Useful freedom lives inside hard boundaries.

6. Dense feedback beats binary pass/fail.

A single success or failure signal at the end is weak.

Good workflows expose local signals such as:

  • schema valid or invalid
  • evidence sufficient or insufficient
  • confidence high, medium, or low
  • policy in-bounds or out-of-bounds
  • coverage complete, partial, or failed

Dense feedback is what makes search efficient and repair local.

7. Reversibility is a design requirement.

Agents should be able to make small, safe, reversible moves.

A healthy workflow supports:

  • rerunning one stage
  • repairing one artifact
  • retrying one failed validator
  • comparing current and previous outputs
  • fixing a local defect without regenerating everything

Global regeneration should be the exception, not the default.

8. Human verification is a first-class design goal.

In many enterprise workflows, correctness cannot be established through deterministic tests alone.

Software engineering gives us useful proxies such as compilation, tests, and type checks.
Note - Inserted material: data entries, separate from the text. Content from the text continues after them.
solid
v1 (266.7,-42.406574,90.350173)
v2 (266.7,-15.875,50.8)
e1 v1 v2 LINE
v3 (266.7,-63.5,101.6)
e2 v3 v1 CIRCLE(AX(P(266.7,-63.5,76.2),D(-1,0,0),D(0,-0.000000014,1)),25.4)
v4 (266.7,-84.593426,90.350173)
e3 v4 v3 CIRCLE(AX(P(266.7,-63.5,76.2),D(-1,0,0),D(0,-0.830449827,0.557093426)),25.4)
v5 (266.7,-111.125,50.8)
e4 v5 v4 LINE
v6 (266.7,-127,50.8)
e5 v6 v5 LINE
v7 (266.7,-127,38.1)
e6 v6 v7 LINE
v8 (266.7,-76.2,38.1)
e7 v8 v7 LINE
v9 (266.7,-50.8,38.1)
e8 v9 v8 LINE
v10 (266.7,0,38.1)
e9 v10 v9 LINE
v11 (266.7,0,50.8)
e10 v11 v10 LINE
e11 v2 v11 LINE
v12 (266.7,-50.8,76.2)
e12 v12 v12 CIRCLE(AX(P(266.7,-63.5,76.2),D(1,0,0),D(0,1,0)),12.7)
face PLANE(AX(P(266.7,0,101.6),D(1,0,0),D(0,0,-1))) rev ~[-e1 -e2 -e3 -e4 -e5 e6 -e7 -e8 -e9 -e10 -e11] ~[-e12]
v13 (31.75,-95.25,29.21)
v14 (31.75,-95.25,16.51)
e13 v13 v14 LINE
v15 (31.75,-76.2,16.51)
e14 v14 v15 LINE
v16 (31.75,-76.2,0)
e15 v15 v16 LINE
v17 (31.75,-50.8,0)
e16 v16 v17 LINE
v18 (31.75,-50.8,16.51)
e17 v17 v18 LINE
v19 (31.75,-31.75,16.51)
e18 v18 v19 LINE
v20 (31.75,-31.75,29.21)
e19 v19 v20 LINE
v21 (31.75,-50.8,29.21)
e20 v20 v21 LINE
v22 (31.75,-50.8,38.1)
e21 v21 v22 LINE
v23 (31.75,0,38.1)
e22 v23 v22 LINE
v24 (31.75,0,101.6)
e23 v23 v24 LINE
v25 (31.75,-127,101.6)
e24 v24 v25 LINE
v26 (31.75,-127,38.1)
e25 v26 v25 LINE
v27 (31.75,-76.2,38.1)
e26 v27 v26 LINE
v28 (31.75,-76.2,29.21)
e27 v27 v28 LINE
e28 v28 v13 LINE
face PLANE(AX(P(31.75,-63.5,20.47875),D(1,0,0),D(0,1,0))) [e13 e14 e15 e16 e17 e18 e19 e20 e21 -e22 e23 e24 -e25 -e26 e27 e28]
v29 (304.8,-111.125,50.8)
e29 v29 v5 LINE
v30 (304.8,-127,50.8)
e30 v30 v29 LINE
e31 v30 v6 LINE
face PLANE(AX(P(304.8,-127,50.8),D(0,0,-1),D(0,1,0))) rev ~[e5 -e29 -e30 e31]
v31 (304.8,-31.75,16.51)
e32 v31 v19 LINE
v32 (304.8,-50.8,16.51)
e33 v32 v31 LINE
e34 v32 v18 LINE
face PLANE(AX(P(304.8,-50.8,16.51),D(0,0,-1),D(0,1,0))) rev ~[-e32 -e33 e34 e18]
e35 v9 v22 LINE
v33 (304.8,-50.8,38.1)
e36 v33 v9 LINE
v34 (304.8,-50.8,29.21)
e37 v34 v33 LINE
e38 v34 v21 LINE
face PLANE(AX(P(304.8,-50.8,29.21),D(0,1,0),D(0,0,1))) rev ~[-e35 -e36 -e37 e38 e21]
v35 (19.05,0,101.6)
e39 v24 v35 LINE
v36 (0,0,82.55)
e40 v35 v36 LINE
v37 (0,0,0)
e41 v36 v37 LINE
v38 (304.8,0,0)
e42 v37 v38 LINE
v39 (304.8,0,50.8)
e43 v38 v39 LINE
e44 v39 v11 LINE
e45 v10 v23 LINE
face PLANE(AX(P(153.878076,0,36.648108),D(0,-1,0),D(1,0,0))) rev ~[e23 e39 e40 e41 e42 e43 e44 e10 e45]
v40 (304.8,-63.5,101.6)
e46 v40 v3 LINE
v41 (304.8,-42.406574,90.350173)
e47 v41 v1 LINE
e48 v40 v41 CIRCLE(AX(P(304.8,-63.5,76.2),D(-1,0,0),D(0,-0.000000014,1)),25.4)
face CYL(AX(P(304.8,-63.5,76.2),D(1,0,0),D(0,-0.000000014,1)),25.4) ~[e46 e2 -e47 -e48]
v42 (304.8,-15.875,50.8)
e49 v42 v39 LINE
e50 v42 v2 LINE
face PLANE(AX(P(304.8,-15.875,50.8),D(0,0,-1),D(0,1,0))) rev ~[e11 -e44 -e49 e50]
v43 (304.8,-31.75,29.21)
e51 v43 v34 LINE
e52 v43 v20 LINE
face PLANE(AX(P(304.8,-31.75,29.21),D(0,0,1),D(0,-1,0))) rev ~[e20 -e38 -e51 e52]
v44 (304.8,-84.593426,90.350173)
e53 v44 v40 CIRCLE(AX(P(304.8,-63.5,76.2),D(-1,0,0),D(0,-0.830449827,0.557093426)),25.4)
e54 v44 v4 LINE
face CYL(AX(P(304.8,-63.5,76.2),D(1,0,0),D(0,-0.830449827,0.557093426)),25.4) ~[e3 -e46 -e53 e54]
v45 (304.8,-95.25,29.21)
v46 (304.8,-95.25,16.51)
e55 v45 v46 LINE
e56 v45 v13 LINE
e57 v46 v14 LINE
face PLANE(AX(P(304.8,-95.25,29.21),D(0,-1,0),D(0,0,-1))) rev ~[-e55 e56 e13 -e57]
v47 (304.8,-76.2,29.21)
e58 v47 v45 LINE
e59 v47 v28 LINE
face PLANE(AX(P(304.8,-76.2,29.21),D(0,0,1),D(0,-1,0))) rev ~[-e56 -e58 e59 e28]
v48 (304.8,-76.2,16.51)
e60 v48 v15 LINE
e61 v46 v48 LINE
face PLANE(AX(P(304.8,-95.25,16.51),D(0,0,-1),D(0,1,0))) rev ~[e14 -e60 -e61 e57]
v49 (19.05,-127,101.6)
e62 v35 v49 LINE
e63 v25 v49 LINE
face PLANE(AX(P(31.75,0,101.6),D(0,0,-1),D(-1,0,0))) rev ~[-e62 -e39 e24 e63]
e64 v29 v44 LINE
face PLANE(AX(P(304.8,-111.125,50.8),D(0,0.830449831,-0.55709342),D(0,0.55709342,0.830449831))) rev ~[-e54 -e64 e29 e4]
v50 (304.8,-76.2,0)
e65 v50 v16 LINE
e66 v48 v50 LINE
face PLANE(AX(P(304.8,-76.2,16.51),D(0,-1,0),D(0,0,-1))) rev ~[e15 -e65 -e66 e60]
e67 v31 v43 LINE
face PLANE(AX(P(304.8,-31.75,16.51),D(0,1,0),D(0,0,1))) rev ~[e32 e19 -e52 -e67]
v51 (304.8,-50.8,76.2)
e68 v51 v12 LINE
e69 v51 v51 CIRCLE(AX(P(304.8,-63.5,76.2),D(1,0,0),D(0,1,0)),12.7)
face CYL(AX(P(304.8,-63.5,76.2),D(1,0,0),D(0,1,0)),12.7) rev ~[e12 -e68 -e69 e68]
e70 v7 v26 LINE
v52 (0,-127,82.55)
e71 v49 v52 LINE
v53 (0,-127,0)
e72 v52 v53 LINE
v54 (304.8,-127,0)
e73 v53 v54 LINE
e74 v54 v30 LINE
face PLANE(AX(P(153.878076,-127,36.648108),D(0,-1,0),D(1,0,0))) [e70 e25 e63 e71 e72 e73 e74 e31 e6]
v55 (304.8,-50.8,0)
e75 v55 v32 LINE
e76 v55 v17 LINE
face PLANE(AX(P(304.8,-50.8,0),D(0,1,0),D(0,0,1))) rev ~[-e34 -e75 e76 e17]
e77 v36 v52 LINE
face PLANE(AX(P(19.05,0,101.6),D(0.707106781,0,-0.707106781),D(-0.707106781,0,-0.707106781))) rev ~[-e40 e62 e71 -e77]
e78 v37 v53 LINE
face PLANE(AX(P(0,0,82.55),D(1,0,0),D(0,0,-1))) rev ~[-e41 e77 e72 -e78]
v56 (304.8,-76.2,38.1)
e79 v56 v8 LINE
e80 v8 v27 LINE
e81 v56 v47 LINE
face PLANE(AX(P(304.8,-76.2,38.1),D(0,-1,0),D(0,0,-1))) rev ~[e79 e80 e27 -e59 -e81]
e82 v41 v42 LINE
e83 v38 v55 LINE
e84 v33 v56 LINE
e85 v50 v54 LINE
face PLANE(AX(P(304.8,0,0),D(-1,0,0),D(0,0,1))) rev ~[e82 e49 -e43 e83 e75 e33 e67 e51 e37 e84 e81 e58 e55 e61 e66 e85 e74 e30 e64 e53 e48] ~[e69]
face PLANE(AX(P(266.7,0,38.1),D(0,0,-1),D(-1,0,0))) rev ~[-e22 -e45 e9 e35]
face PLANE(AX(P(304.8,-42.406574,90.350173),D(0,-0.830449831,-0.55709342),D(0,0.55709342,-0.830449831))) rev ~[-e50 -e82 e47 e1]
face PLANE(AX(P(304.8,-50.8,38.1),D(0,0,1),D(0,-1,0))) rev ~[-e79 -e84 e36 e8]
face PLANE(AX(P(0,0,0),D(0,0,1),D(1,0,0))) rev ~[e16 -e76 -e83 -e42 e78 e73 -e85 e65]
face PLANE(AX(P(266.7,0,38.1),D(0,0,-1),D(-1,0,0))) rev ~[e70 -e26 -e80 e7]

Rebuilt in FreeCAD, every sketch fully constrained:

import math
import FreeCAD as App
import Part
import Sketcher
Q = App.Units.Quantity


def add_polygon(sketch, points):
    """Adds a closed chain of lines whose ends are joined by coincident constraints."""
    first, n = sketch.GeometryCount, len(points)
    for a, b in zip(points, points[1:] + points[:1]):
        sketch.addGeometry(Part.LineSegment(App.Vector(*a, 0), App.Vector(*b, 0)), False)
    for i in range(n):
        sketch.addConstraint(Sketcher.Constraint("Coincident", first + i, 2, first + (i + 1) % n, 1))

doc = App.newDocument("Part")
params = doc.addObject("Spreadsheet::Sheet", "Params")
for row, (alias, value) in enumerate([
    ("sketch1_width", "12 in"),
    ("sketch1_height", "4 in"),
    ("sketch1_width2", "1.5 in"),
    ("sketch1_width3", "0.5 in"),
    ("sketch1_height2", "2.5 in"),
    ("pad1_length", "5 in"),
    ("sketch2_diameter", "1 in"),
    ("sketch2_radius", "1 in"),
    ("sketch2_height", "2 in"),
    ("sketch2_width", "2.5 in"),
    ("sketch2_width2", "0.625 in"),
    ("pocket1_length", "1.5 in"),
    ("sketch3_width", "1 in"),
    ("sketch3_height", "0.5 in"),
    ("sketch3_width2", "0.75 in"),
    ("sketch3_height2", "0.65 in"),
    ("sketch3_height3", "0.35 in"),
    ("pocket2_length", "10.75 in"),
], start=1):
    params.set(f"A{row}", alias)
    params.set(f"B{row}", "=" + value)
    params.setAlias(f"B{row}", alias)

body = doc.addObject("PartDesign::Body", "Body")

# Sketch on XZ plane
sketch1 = doc.addObject("Sketcher::SketchObject", "Sketch")
body.addObject(sketch1)
sketch1.AttachmentSupport = (doc.XZ_Plane, [""])
sketch1.MapMode = "FlatFace"
add_polygon(sketch1, [(0, 83), (0, 0), (305, 0), (305, 102), (267, 102), (267, 38), (32, 38), (32, 102), (19, 102)])  # lines 0-8
sketch1.addConstraint(Sketcher.Constraint("Vertical", 0))
sketch1.addConstraint(Sketcher.Constraint("Horizontal", 1))
sketch1.addConstraint(Sketcher.Constraint("Vertical", 2))
sketch1.addConstraint(Sketcher.Constraint("Horizontal", 3))
sketch1.addConstraint(Sketcher.Constraint("Vertical", 4))
sketch1.addConstraint(Sketcher.Constraint("Horizontal", 5))
sketch1.addConstraint(Sketcher.Constraint("Vertical", 6))
sketch1.addConstraint(Sketcher.Constraint("Horizontal", 7))
sketch1.addConstraint(Sketcher.Constraint("Coincident", 0, 2, -1, 1))
sketch1.addConstraint(Sketcher.Constraint("Horizontal", 3, 2, 6, 2))
sketch1.addConstraint(Sketcher.Constraint("DistanceX", 1, 1, 1, 2, Q("12 in")))
sketch1.addConstraint(Sketcher.Constraint("DistanceY", 2, 1, 2, 2, Q("4 in")))
sketch1.addConstraint(Sketcher.Constraint("DistanceX", 3, 2, 3, 1, Q("1.5 in")))
sketch1.addConstraint(Sketcher.Constraint("DistanceX", 7, 2, 7, 1, Q("0.5 in")))
sketch1.addConstraint(Sketcher.Constraint("DistanceY", 4, 2, 4, 1, Q("2.5 in")))
sketch1.addConstraint(Sketcher.Constraint("Angle", 8, Q("-135 deg")))
sketch1.addConstraint(Sketcher.Constraint("DistanceX", 5, 2, 5, 1, Q("9.25 in")))
sketch1.setExpression("Constraints[19]", "Params.sketch1_width")
sketch1.setExpression("Constraints[20]", "Params.sketch1_height")
sketch1.setExpression("Constraints[21]", "Params.sketch1_width2")
sketch1.setExpression("Constraints[22]", "Params.sketch1_width3")
sketch1.setExpression("Constraints[23]", "Params.sketch1_height2")
pad1 = doc.addObject("PartDesign::Pad", "Pad")
body.addObject(pad1)
pad1.Profile = sketch1
pad1.setExpression("Length", "Params.pad1_length")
Many other workflows do not. In research, operations, procurement, planning, and strategy, the crucial question is often whether a qualified human can verify the output efficiently.

We therefore design workflows so that:

  • important claims are adjacent to evidence
  • assumptions are explicit
  • uncertainty is visible
  • provenance is preserved
  • review is targeted by risk

We are after high-leverage human supervision, not blind automation.

9. Trust should be earned through inspectability.

Trust does not come from polish or speed. It comes from making it easy to answer:

  • Where did this come from?
  • What evidence supports it?
  • What was observed directly?
  • What was inferred?
  • What remains uncertain?
  • What should a skeptical reviewer check first?

An output that cannot be checked easily is not ready to be trusted.

10. Memory should be externalized.

Important context should not live only inside transient model state.

It should live in files, manifests, logs, scratchpads, structured memory stores, and other inspectable artifacts.

Externalized memory improves continuity, auditability, transferability, and multi-agent coordination.

11. Context should be engineered, not merely supplied.

More context is not automatically better.

Performance depends on what information is presented, in what order, at what level of abstraction, and with what retrieval strategy.

Good systems reveal the essential surface first and disclose deeper detail only when needed.

Context design is part of the control surface.

12. Reliability means convergence, not one impressive run.

One strong demo proves almost nothing.

A workflow is mature when multiple competent agents, taking different paths, converge toward similar high-quality outputs under the same constraints.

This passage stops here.